This is important for many businesses, but is especially critical for cloud or managed service providers who provide a platform for multiple organisations. In these cases, an outage or performance issue can have devastating results, not only for a provider’s reputation but also for its bottom line.
This reality has hit home for customers of Dimension Data in Australia (see http://forums.theregister.co.uk/forum/1/2014/07/04/dimension_data_in_cloud_outage/ ). It’s hard to know exactly what went on but Data Dimension has been quite open in admitting it suffered an outage on its EMC storage implementation. The result was no service to customers for more than 24 hours – OUCH!
Sadly this is an all too common occurrence for storage architectures being implemented in “cloud” data centres, but it doesn’t have to be this way. The two most common causes of storage failures in enterprise data centres are:
1. Human error (e.g. knocked cable, wrong controller rebooted, wrong drive pulled);
2. Drive failure, either a RAID rebuild or multiple failures causing outage.
Both of these scenarios are entirely avoidable through the realisation of true zero-touch storage. The storage industry has done a fantastic job of conditioning storage buyers and administrators into believing hard disk failure and subsequent replacement is entirely acceptable and poses no risk. This couldn’t be further from the truth.
I myself have worked (many, many years ago) as a storage field engineer and I’ve seen, heard and (I have to confess) been involved in horror stories involving either human error or multiple drive failures resulting in outage and/or data loss. It doesn’t have to be this way.
A trend is emerging of all flash array vendors arguing these issues can easily be solved by moving to an all SSD/flash architecture, but they forget to mention the same problem can easily occur again. Don’t believe the hype that says “there’s no moving parts so there’s nothing to fail”. The truth is all drives have the ability to fail, spinning or non-spinning. The only way to avoid drive failure is to have the ability to repair drives in-situ with no impact on the workload.
The ideal storage for cloud providers is something that is:
1. Truly zero-touch. Many cloud and managed service providers have remote or even third-party data centres – wouldn’t it be nice if they never had to go near a storage array?
2. Consistent. Storage should give consistent performance and reliability regardless of its utilisation. It should give the same performance at 99% capacity utilisation as it does at 1%.

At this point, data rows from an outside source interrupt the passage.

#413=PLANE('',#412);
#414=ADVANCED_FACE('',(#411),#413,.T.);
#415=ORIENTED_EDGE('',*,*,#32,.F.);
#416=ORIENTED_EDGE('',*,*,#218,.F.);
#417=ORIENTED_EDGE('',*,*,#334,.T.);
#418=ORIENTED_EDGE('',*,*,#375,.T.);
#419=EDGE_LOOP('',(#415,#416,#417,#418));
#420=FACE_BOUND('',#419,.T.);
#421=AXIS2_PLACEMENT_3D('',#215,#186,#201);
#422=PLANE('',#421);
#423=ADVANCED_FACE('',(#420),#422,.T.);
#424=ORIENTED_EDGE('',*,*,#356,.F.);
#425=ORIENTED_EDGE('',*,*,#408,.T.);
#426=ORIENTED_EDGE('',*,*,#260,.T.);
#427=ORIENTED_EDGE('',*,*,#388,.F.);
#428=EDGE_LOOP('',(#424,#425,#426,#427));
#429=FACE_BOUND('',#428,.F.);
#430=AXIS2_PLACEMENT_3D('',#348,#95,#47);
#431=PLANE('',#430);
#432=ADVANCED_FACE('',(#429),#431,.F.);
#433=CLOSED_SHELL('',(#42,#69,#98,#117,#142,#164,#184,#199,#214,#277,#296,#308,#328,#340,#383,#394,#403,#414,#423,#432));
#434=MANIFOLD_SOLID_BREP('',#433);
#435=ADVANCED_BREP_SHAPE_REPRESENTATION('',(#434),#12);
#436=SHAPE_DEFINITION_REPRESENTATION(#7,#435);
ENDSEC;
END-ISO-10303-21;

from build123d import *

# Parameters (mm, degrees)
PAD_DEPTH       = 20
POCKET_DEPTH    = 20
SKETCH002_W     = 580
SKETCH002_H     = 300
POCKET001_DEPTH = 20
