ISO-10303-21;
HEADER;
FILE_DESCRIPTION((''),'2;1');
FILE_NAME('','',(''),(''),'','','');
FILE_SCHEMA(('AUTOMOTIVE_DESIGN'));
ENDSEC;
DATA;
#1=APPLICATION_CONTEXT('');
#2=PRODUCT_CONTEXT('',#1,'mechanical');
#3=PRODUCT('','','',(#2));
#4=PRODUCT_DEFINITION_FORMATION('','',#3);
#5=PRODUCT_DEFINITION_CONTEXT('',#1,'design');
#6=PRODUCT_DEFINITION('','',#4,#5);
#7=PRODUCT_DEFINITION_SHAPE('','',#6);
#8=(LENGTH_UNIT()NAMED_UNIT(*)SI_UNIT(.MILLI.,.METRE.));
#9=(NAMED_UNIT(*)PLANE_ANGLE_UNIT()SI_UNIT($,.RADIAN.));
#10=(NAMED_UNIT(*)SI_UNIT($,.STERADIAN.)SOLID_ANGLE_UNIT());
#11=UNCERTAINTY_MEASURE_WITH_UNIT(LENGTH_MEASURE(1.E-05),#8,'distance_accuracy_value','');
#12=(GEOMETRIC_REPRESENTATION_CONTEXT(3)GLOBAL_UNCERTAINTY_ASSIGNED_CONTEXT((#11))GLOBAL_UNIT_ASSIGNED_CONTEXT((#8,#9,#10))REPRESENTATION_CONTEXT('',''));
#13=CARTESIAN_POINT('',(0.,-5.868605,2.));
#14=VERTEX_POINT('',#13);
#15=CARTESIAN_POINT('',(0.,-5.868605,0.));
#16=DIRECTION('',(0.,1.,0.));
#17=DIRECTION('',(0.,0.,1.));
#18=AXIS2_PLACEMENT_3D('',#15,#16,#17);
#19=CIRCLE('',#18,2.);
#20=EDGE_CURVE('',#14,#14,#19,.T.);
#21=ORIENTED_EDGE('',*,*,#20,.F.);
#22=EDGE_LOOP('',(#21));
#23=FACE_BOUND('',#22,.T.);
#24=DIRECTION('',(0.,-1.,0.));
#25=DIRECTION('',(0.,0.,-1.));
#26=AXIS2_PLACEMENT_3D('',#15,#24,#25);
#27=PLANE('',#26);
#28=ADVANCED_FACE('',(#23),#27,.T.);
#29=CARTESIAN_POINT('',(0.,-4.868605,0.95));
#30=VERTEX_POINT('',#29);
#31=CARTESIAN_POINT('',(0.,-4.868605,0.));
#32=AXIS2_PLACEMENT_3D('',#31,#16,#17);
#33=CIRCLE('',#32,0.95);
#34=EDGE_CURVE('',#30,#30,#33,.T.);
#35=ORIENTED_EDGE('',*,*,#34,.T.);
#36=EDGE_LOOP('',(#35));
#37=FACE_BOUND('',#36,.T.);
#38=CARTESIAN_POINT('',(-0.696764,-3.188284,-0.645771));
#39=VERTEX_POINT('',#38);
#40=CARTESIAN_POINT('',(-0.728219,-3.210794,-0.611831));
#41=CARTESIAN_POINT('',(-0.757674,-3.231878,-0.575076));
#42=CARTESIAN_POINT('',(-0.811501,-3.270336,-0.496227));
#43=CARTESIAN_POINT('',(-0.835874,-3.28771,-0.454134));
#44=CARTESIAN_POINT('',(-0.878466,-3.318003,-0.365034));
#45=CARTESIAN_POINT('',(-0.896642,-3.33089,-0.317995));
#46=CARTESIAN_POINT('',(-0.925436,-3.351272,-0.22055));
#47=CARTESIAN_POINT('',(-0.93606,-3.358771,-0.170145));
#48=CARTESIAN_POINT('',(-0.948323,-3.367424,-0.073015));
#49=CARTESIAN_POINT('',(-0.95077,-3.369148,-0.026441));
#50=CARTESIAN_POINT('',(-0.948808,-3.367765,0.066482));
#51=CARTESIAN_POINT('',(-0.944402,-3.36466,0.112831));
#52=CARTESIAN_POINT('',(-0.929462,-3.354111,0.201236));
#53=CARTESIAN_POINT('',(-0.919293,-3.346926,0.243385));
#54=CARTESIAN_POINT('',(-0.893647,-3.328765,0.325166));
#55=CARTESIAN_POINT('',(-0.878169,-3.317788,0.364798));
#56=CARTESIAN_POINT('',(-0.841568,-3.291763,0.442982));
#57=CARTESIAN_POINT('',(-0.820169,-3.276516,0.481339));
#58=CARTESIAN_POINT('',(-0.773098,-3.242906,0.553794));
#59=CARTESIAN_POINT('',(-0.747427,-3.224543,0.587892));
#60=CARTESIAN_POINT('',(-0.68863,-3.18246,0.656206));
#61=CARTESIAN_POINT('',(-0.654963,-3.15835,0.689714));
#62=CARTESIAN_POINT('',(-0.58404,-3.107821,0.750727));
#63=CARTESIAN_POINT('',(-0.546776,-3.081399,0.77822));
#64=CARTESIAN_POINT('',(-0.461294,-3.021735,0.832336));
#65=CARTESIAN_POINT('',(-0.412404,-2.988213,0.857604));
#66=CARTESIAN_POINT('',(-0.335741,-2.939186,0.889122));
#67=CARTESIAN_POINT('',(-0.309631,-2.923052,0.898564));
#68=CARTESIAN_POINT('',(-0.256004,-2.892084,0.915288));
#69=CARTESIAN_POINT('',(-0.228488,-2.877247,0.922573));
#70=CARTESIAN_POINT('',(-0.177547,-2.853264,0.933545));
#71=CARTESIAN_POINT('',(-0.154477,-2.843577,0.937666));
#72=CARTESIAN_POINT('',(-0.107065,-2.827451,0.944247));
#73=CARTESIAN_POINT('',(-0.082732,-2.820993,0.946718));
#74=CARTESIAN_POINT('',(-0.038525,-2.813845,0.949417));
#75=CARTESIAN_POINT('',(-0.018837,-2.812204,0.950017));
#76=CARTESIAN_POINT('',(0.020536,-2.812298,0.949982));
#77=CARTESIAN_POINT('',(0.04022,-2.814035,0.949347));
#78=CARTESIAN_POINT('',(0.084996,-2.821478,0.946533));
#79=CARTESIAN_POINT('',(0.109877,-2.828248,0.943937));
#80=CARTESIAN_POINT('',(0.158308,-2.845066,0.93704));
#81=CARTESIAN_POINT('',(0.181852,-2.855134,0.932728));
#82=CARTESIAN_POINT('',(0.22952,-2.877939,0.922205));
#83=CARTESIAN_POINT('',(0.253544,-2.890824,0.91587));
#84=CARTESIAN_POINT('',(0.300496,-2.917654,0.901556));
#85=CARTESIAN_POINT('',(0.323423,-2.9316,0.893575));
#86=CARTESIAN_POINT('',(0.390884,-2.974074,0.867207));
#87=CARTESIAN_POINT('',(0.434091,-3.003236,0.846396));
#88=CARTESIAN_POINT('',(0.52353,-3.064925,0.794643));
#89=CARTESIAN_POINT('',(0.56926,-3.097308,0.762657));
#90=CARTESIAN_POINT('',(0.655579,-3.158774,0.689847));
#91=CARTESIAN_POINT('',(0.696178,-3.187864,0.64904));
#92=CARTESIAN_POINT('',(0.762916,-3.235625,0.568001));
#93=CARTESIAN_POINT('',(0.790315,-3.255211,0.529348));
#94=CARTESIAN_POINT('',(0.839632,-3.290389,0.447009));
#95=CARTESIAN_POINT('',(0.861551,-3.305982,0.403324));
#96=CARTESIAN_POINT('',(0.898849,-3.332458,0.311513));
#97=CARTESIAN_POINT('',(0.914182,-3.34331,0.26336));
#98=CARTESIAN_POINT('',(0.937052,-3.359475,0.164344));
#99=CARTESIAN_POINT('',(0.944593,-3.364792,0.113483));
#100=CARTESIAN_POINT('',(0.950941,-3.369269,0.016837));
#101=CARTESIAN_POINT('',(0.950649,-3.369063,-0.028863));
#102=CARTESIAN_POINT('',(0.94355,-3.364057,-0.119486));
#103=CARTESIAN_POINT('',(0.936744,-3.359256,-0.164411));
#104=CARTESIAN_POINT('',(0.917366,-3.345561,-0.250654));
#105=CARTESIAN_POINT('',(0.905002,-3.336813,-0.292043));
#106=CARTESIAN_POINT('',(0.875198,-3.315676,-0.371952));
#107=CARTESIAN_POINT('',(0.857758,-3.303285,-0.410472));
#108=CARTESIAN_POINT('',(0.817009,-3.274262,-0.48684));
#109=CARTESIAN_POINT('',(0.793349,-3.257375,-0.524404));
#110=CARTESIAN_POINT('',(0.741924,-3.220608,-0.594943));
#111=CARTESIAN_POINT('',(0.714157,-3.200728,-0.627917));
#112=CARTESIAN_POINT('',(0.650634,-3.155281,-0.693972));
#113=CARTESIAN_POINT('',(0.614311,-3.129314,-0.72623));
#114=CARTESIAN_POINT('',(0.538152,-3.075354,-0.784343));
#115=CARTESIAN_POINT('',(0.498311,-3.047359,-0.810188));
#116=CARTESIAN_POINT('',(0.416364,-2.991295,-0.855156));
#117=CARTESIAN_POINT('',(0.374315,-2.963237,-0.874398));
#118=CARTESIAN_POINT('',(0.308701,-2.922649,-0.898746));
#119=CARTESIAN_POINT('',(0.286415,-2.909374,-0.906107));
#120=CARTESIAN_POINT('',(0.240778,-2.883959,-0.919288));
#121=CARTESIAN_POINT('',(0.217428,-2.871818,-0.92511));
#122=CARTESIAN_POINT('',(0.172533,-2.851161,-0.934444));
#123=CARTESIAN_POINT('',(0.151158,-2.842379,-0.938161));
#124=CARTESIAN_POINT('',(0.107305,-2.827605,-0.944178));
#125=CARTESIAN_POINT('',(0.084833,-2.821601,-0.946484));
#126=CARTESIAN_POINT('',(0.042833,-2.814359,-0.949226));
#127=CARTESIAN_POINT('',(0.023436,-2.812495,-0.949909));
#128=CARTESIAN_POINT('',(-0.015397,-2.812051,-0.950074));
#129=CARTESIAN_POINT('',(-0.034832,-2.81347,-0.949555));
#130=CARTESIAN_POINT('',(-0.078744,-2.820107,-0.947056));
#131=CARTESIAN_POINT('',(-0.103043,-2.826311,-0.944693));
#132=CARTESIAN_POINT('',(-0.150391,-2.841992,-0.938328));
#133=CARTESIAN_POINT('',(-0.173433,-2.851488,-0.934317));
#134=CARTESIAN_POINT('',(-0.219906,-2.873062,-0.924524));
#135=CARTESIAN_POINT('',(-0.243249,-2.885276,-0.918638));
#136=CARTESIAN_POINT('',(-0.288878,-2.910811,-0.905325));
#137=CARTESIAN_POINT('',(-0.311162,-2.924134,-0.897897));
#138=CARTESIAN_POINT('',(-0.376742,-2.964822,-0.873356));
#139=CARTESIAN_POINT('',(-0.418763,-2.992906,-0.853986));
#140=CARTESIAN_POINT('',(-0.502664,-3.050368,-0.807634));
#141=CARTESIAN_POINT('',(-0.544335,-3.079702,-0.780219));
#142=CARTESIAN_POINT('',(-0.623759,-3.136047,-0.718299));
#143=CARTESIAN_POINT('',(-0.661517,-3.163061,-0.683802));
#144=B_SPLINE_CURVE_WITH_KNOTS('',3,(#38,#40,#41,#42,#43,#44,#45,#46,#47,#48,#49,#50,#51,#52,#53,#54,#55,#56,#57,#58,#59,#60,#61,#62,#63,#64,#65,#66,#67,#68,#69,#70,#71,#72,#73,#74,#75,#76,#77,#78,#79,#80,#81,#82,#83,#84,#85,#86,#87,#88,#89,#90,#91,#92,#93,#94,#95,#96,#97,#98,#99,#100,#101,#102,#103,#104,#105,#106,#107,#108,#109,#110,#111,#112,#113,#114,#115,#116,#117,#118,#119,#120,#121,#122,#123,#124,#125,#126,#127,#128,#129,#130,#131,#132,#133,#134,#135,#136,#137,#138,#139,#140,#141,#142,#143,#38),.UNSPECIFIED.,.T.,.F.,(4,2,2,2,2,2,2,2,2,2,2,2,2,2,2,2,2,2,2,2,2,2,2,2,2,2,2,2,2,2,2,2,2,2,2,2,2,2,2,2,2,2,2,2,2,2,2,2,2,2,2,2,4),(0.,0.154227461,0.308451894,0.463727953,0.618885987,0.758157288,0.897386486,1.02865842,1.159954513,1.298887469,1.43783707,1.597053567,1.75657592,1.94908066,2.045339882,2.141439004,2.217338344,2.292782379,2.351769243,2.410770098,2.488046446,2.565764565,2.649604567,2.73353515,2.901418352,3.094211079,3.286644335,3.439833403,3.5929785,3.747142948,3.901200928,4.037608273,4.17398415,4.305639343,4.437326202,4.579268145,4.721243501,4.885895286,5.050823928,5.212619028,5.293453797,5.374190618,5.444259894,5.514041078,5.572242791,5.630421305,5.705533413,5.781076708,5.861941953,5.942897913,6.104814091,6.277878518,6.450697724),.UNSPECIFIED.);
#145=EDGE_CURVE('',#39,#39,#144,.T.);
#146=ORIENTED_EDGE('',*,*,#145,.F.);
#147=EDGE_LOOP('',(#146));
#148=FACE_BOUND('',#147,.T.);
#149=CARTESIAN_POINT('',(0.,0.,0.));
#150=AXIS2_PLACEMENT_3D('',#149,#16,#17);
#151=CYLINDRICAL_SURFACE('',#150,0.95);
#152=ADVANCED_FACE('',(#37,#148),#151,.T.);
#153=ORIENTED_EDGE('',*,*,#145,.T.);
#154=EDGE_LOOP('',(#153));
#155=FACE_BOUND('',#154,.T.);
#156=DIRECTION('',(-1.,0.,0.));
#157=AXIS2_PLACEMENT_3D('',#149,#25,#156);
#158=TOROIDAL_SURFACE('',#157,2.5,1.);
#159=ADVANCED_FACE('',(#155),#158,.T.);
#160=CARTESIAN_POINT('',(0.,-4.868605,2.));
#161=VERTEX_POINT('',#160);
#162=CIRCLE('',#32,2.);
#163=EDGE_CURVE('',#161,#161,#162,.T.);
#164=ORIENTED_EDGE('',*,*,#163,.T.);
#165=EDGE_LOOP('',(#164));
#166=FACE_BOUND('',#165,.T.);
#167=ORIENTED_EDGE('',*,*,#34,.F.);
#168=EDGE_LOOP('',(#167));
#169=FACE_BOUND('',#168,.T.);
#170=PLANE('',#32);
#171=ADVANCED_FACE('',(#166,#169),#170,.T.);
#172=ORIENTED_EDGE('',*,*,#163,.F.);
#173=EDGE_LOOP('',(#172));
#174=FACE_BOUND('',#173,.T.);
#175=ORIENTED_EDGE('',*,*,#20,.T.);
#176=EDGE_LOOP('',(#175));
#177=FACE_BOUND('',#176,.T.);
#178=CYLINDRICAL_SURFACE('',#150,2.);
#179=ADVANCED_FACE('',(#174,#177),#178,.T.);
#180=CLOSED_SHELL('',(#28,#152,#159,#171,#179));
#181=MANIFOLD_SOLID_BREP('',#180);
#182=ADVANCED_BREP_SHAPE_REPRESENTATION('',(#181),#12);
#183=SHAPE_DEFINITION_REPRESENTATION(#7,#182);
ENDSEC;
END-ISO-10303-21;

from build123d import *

# Parameters (mm, degrees)
SKETCH_1_R = 1


with BuildPart() as part:
    # 草图1 → 旋转1 (revolve)
    with BuildSketch(Plane(origin=(0, 0, 0), x_dir=(1, 0, 0), z_dir=(0, 1, 0))):
        with Locations((2.5, 0)):
            Circle(SKETCH_1_R)
    revolve(axis=Axis((0, 0, 0), (0, 0, 1)))

    # 草图2 → 旋转2 (revolve)
    with BuildSketch(Plane.XY):
        Polygon((0, -5.868605053), (0, -2.568605053), (0.95, -2.568605053), (0.95, -4.868605053), (2, -4.868605053), (2, -5.868605053), align=None)
    revolve(axis=Axis((0, 0, 0), (0, -1, 0)))


solid = part.part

3. Scalable. You shouldn’t have to buy a 500 disk monster array upfront to get predictable performance, neither should you have to suffer when you add an extra shelf of disks.
4. Commercially viable. At the end of the day, it’s key predictability and reliability doesn’t come a cost that breaks the business model of the service provider.
The good news for cloud providers is that it’s already here. It’s true that not all storage is created equal but that doesn’t mean the right storage for cloud providers doesn’t exist. All they have to do is take the time to look for it.